Which lines in the records below contain the word "extrude"? Copy each one out.

------------------------------------

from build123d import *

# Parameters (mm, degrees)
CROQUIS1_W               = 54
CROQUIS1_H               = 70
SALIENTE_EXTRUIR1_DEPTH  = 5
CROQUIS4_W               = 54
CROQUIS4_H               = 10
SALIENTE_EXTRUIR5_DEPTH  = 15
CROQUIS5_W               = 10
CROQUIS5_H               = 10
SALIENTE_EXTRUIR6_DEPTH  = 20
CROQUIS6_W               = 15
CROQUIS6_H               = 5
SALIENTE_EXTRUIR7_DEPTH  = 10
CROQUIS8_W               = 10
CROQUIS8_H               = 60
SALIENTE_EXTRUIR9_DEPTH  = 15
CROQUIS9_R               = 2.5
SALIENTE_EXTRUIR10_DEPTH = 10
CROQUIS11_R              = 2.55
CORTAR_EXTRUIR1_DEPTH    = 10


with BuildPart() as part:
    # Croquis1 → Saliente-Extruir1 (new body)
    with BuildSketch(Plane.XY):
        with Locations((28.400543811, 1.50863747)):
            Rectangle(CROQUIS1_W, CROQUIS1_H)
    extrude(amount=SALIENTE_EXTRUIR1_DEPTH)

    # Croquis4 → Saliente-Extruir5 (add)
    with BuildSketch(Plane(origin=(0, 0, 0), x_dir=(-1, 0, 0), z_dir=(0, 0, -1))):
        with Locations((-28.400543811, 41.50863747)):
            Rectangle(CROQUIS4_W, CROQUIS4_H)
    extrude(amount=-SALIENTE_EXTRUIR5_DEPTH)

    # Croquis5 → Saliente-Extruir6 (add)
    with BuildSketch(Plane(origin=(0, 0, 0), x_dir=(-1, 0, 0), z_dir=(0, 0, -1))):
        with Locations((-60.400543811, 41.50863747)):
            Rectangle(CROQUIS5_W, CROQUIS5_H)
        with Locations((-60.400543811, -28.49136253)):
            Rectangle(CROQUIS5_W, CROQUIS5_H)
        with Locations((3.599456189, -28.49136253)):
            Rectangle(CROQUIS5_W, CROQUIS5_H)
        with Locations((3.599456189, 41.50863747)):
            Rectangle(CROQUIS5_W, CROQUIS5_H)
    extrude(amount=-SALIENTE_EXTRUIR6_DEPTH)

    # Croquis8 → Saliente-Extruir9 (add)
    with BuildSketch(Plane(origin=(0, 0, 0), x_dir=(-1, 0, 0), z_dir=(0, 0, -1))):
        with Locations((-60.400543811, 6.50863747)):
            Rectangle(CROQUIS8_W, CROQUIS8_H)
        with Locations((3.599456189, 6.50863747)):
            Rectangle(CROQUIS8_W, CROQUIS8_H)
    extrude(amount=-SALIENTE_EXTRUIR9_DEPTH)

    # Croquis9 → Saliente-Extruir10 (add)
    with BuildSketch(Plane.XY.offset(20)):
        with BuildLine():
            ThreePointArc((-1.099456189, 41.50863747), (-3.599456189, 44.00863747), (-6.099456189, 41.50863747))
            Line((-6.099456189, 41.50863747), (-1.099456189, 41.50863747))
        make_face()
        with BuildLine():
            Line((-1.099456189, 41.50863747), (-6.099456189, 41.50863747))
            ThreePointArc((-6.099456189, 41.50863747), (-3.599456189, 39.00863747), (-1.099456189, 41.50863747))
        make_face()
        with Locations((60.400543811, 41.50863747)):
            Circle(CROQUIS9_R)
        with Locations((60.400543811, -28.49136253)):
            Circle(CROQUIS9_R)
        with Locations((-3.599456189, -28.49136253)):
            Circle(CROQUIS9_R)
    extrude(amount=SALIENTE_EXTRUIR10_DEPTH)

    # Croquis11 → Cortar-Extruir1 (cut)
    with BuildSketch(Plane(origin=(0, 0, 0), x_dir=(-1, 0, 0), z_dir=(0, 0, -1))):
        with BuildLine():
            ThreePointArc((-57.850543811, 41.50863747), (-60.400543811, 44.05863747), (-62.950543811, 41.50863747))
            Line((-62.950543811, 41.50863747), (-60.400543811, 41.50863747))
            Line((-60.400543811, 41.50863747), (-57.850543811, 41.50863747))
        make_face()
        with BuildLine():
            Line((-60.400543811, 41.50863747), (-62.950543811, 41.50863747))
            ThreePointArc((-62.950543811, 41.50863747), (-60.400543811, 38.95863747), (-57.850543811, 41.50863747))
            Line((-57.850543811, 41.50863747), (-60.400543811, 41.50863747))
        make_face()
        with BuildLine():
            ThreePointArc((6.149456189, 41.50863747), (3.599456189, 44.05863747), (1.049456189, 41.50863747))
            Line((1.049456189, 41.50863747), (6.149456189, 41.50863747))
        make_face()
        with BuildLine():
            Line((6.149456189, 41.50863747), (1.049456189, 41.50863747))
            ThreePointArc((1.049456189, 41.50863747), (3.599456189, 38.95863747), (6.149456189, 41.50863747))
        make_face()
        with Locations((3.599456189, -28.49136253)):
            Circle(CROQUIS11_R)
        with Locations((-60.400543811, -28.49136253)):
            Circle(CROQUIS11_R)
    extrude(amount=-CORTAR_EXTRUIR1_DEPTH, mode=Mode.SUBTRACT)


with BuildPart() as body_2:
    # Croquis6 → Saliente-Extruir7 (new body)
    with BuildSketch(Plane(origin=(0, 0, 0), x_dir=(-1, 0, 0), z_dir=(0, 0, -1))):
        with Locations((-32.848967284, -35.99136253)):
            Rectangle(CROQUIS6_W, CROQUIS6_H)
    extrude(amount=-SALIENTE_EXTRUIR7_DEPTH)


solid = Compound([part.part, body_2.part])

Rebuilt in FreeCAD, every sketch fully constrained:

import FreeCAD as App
import Part
import Sketcher

V = App.Vector


def add_polygon(sketch, points):
    """Adds a closed chain of lines whose ends are joined by coincident constraints."""
    first, n = sketch.GeometryCount, len(points)
    for a, b in zip(points, points[1:] + points[:1]):
        sketch.addGeometry(Part.LineSegment(App.Vector(*a, 0), App.Vector(*b, 0)), False)
    for i in range(n):
        sketch.addConstraint(Sketcher.Constraint("Coincident", first + i, 2, first + (i + 1) % n, 1))

doc = App.newDocument("Part")
body = doc.addObject("PartDesign::Body", "Body")

sketch1 = body.newObject("Sketcher::SketchObject", "Sketch")
sketch1.AttachmentSupport = (doc.getObject("XY_Plane"), [""])
sketch1.MapMode = "FlatFace"
add_polygon(sketch1, [(1, 37), (1, -33), (55, -33), (55, 37)])
sketch1.addConstraint([
    Sketcher.Constraint("Vertical", 0),
    Sketcher.Constraint("Horizontal", 1),
    Sketcher.Constraint("Vertical", 2),
    Sketcher.Constraint("Horizontal", 3),
    Sketcher.Constraint("DistanceX", 1, 1, 1, 2, 54.0),
    Sketcher.Constraint("DistanceY", 0, 2, 0, 1, 70.0),
    Sketcher.Constraint("DistanceX", -1, 1, 0, 2, 1.400544),
    Sketcher.Constraint("DistanceY", 0, 2, -1, 1, 33.491363),
])
pad1 = body.newObject("PartDesign::Pad", "Pad")
pad1.Profile = sketch1
pad1.Length = 5

sketch2 = body.newObject("Sketcher::SketchObject", "Sketch001")
sketch2.AttachmentSupport = (doc.getObject("XY_Plane"), [""])
sketch2.MapMode = "FlatFace"
add_polygon(sketch2, [(55, 47), (55, 37), (1, 37), (1, 47)])
sketch2.addConstraint([
    Sketcher.Constraint("Vertical", 0),
    Sketcher.Constraint("Horizontal", 1),
    Sketcher.Constraint("Vertical", 2),
    Sketcher.Constraint("Horizontal", 3),
    Sketcher.Constraint("DistanceX", 1, 2, 1, 1, 54.0),
    Sketcher.Constraint("DistanceY", 0, 2, 0, 1, 10.0),
    Sketcher.Constraint("DistanceX", -1, 1, 0, 2, 55.400544),
    Sketcher.Constraint("DistanceY", -1, 1, 0, 2, 36.508637),
])
pad2 = body.newObject("PartDesign::Pad", "Pad001")
pad2.Profile = sketch2
pad2.Length = 15

sketch3 = body.newObject("Sketcher::SketchObject", "Sketch002")
sketch3.AttachmentSupport = (doc.getObject("XY_Plane"), [""])
sketch3.MapMode = "FlatFace"
add_polygon(sketch3, [(65, 47), (65, 37), (55, 37), (55, 47)])
add_polygon(sketch3, [(65, -23), (65, -33), (55, -33), (55, -23)])
add_polygon(sketch3, [(1, -23), (1, -33), (-9, -33), (-9, -23)])
add_polygon(sketch3, [(1, 47), (1, 37), (-9, 37), (-9, 47)])
sketch3.addConstraint([
    Sketcher.Constraint("Vertical", 0),
    Sketcher.Constraint("Horizontal", 1),
    Sketcher.Constraint("Vertical", 2),
    Sketcher.Constraint("Horizontal", 3),
    Sketcher.Constraint("Vertical", 4),
    Sketcher.Constraint("Horizontal", 5),
    Sketcher.Constraint("Vertical", 6),
    Sketcher.Constraint("Horizontal", 7),
    Sketcher.Constraint("Vertical", 8),
    Sketcher.Constraint("Horizontal", 9),
    Sketcher.Constraint("Vertical", 10),
    Sketcher.Constraint("Horizontal", 11),
    Sketcher.Constraint("Vertical", 12),
    Sketcher.Constraint("Horizontal", 13),
    Sketcher.Constraint("Vertical", 14),
    Sketcher.Constraint("Horizontal", 15),
    Sketcher.Constraint("Horizontal", 5, 2, 8, 2),
    Sketcher.Constraint("Horizontal", 7, 2, 10, 2),
    Sketcher.Constraint("Horizontal", 1, 2, 12, 2),
    Sketcher.Constraint("Horizontal", 3, 2, 14, 2),
    Sketcher.Constraint("Vertical", 3, 2, 4, 2),
    Sketcher.Constraint("Vertical", 2, 2, 5, 2),
    Sketcher.Constraint("Vertical", 11, 2, 12, 2),
    Sketcher.Constraint("Vertical", 10, 2, 13, 2),
    Sketcher.Constraint("Equal", 7, 9),
    Sketcher.Constraint("Equal", 15, 0),
    Sketcher.Constraint("Equal", 2, 4),
    Sketcher.Constraint("DistanceX", 1, 2, 1, 1, 10.0),
    Sketcher.Constraint("DistanceY", 4, 2, 0, 2, 70.0),
    Sketcher.Constraint("DistanceX", 8, 2, 5, 2, 54.0),
    Sketcher.Constraint("DistanceX", -1, 1, 0, 2, 65.400544),
    Sketcher.Constraint("DistanceY", -1, 1, 0, 2, 36.508637),
])
pad3 = body.newObject("PartDesign::Pad", "Pad002")
pad3.Profile = sketch3
pad3.Length = 20

sketch4 = body.newObject("Sketcher::SketchObject", "Sketch003")
sketch4.AttachmentSupport = (doc.getObject("XY_Plane"), [""])
sketch4.MapMode = "FlatFace"
add_polygon(sketch4, [(65, 37), (65, -23), (55, -23), (55, 37)])
add_polygon(sketch4, [(1, 37), (1, -23), (-9, -23), (-9, 37)])
sketch4.addConstraint([
    Sketcher.Constraint("Vertical", 0),
    Sketcher.Constraint("Horizontal", 1),
    Sketcher.Constraint("Vertical", 2),
    Sketcher.Constraint("Horizontal", 3),
    Sketcher.Constraint("Vertical", 4),
    Sketcher.Constraint("Horizontal", 5),
    Sketcher.Constraint("Vertical", 6),
    Sketcher.Constraint("Horizontal", 7),
    Sketcher.Constraint("Horizontal", 1, 2, 4, 2),
    Sketcher.Constraint("Horizontal", 3, 2, 6, 2),
    Sketcher.Constraint("Equal", 3, 5),
    Sketcher.Constraint("DistanceX", 1, 2, 1, 1, 10.0),
    Sketcher.Constraint("DistanceY", 0, 2, 0, 1, 60.0),
    Sketcher.Constraint("DistanceX", 4, 2, 1, 2, 54.0),
    Sketcher.Constraint("DistanceX", -1, 1, 0, 2, 65.400544),
    Sketcher.Constraint("DistanceY", 0, 2, -1, 1, 23.491363),
])
pad4 = body.newObject("PartDesign::Pad", "Pad003")
pad4.Profile = sketch4
pad4.Length = 15

sketch5 = body.newObject("Sketcher::SketchObject", "Sketch004")
sketch5.AttachmentSupport = (doc.getObject("XY_Plane"), [""])
sketch5.MapMode = "FlatFace"
sketch5.AttachmentOffset = App.Placement(V(0, 0, 20), App.Rotation())
sketch5.addGeometry([
    Part.Circle(V(-3.6, 41.5, 0), V(0, 0, 1), 2.5),
    Part.Circle(V(60.4, 41.5, 0), V(0, 0, 1), 2.5),
    Part.Circle(V(60.4, -28.5, 0), V(0, 0, 1), 2.5),
    Part.Circle(V(-3.6, -28.5, 0), V(0, 0, 1), 2.5),
], False)
sketch5.addConstraint([
    Sketcher.Constraint("Equal", 0, 1),
    Sketcher.Constraint("Equal", 1, 2),
    Sketcher.Constraint("Equal", 2, 3),
    Sketcher.Constraint("Horizontal", 0, 3, 1, 3),
    Sketcher.Constraint("Horizontal", 2, 3, 3, 3),
    Sketcher.Constraint("Vertical", 1, 3, 2, 3),
    Sketcher.Constraint("Vertical", 0, 3, 3, 3),
    Sketcher.Constraint("Diameter", 0, 5.0),
    Sketcher.Constraint("DistanceX", 0, 3, 1, 3, 64.0),
    Sketcher.Constraint("DistanceY", 2, 3, 1, 3, 70.0),
    Sketcher.Constraint("DistanceX", 0, 3, -1, 1, 3.599456),
    Sketcher.Constraint("DistanceY", -1, 1, 0, 3, 41.508637),
])
pad5 = body.newObject("PartDesign::Pad", "Pad004")
pad5.Profile = sketch5
pad5.Length = 10

sketch6 = body.newObject("Sketcher::SketchObject", "Sketch005")
sketch6.AttachmentSupport = (doc.getObject("XY_Plane"), [""])
sketch6.MapMode = "FlatFace"
sketch6.addGeometry([
    Part.Circle(V(60.4, 41.5, 0), V(0, 0, 1), 2.5),
    Part.Circle(V(-3.6, 41.5, 0), V(0, 0, 1), 2.5),
    Part.Circle(V(-3.6, -28.5, 0), V(0, 0, 1), 2.5),
    Part.Circle(V(60.4, -28.5, 0), V(0, 0, 1), 2.5),
], False)
sketch6.addConstraint([
    Sketcher.Constraint("Equal", 0, 1),
    Sketcher.Constraint("Equal", 1, 2),
    Sketcher.Constraint("Equal", 2, 3),
    Sketcher.Constraint("Horizontal", 0, 3, 1, 3),
    Sketcher.Constraint("Horizontal", 2, 3, 3, 3),
    Sketcher.Constraint("Vertical", 1, 3, 2, 3),
    Sketcher.Constraint("Vertical", 0, 3, 3, 3),
    Sketcher.Constraint("Diameter", 0, 5.1),
    Sketcher.Constraint("DistanceX", 1, 3, 0, 3, 64.0),
    Sketcher.Constraint("DistanceY", 2, 3, 1, 3, 70.0),
    Sketcher.Constraint("DistanceX", -1, 1, 0, 3, 60.400544),
    Sketcher.Constraint("DistanceY", -1, 1, 0, 3, 41.508637),
])
pocket1 = body.newObject("PartDesign::Pocket", "Pocket")
pocket1.Profile = sketch6
pocket1.Length = 10
pocket1.Reversed = True
body2 = doc.addObject("PartDesign::Body", "Body001")

sketch7 = body2.newObject("Sketcher::SketchObject", "Sketch006")
sketch7.AttachmentSupport = (doc.getObject("XY_Plane001"), [""])
sketch7.MapMode = "FlatFace"
add_polygon(sketch7, [(40, -33), (40, -38), (25, -38), (25, -33)])
sketch7.addConstraint([
    Sketcher.Constraint("Vertical", 0),
    Sketcher.Constraint("Horizontal", 1),
    Sketcher.Constraint("Vertical", 2),
    Sketcher.Constraint("Horizontal", 3),
    Sketcher.Constraint("DistanceX", 1, 2, 1, 1, 15.0),
    Sketcher.Constraint("DistanceY", 0, 2, 0, 1, 5.0),
    Sketcher.Constraint("DistanceX", -1, 1, 0, 2, 40.348967),
    Sketcher.Constraint("DistanceY", 0, 2, -1, 1, 38.491363),
])
pad6 = body2.newObject("PartDesign::Pad", "Pad005")
pad6.Profile = sketch7
pad6.Length = 10

doc.recompute()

------------------------------------

● Written reply:
    extrude(amount=SALIENTE_EXTRUIR1_DEPTH)
    extrude(amount=-SALIENTE_EXTRUIR5_DEPTH)
    extrude(amount=-SALIENTE_EXTRUIR6_DEPTH)
    extrude(amount=-SALIENTE_EXTRUIR9_DEPTH)
    extrude(amount=SALIENTE_EXTRUIR10_DEPTH)
    extrude(amount=-CORTAR_EXTRUIR1_DEPTH, mode=Mode.SUBTRACT)
    extrude(amount=-SALIENTE_EXTRUIR7_DEPTH)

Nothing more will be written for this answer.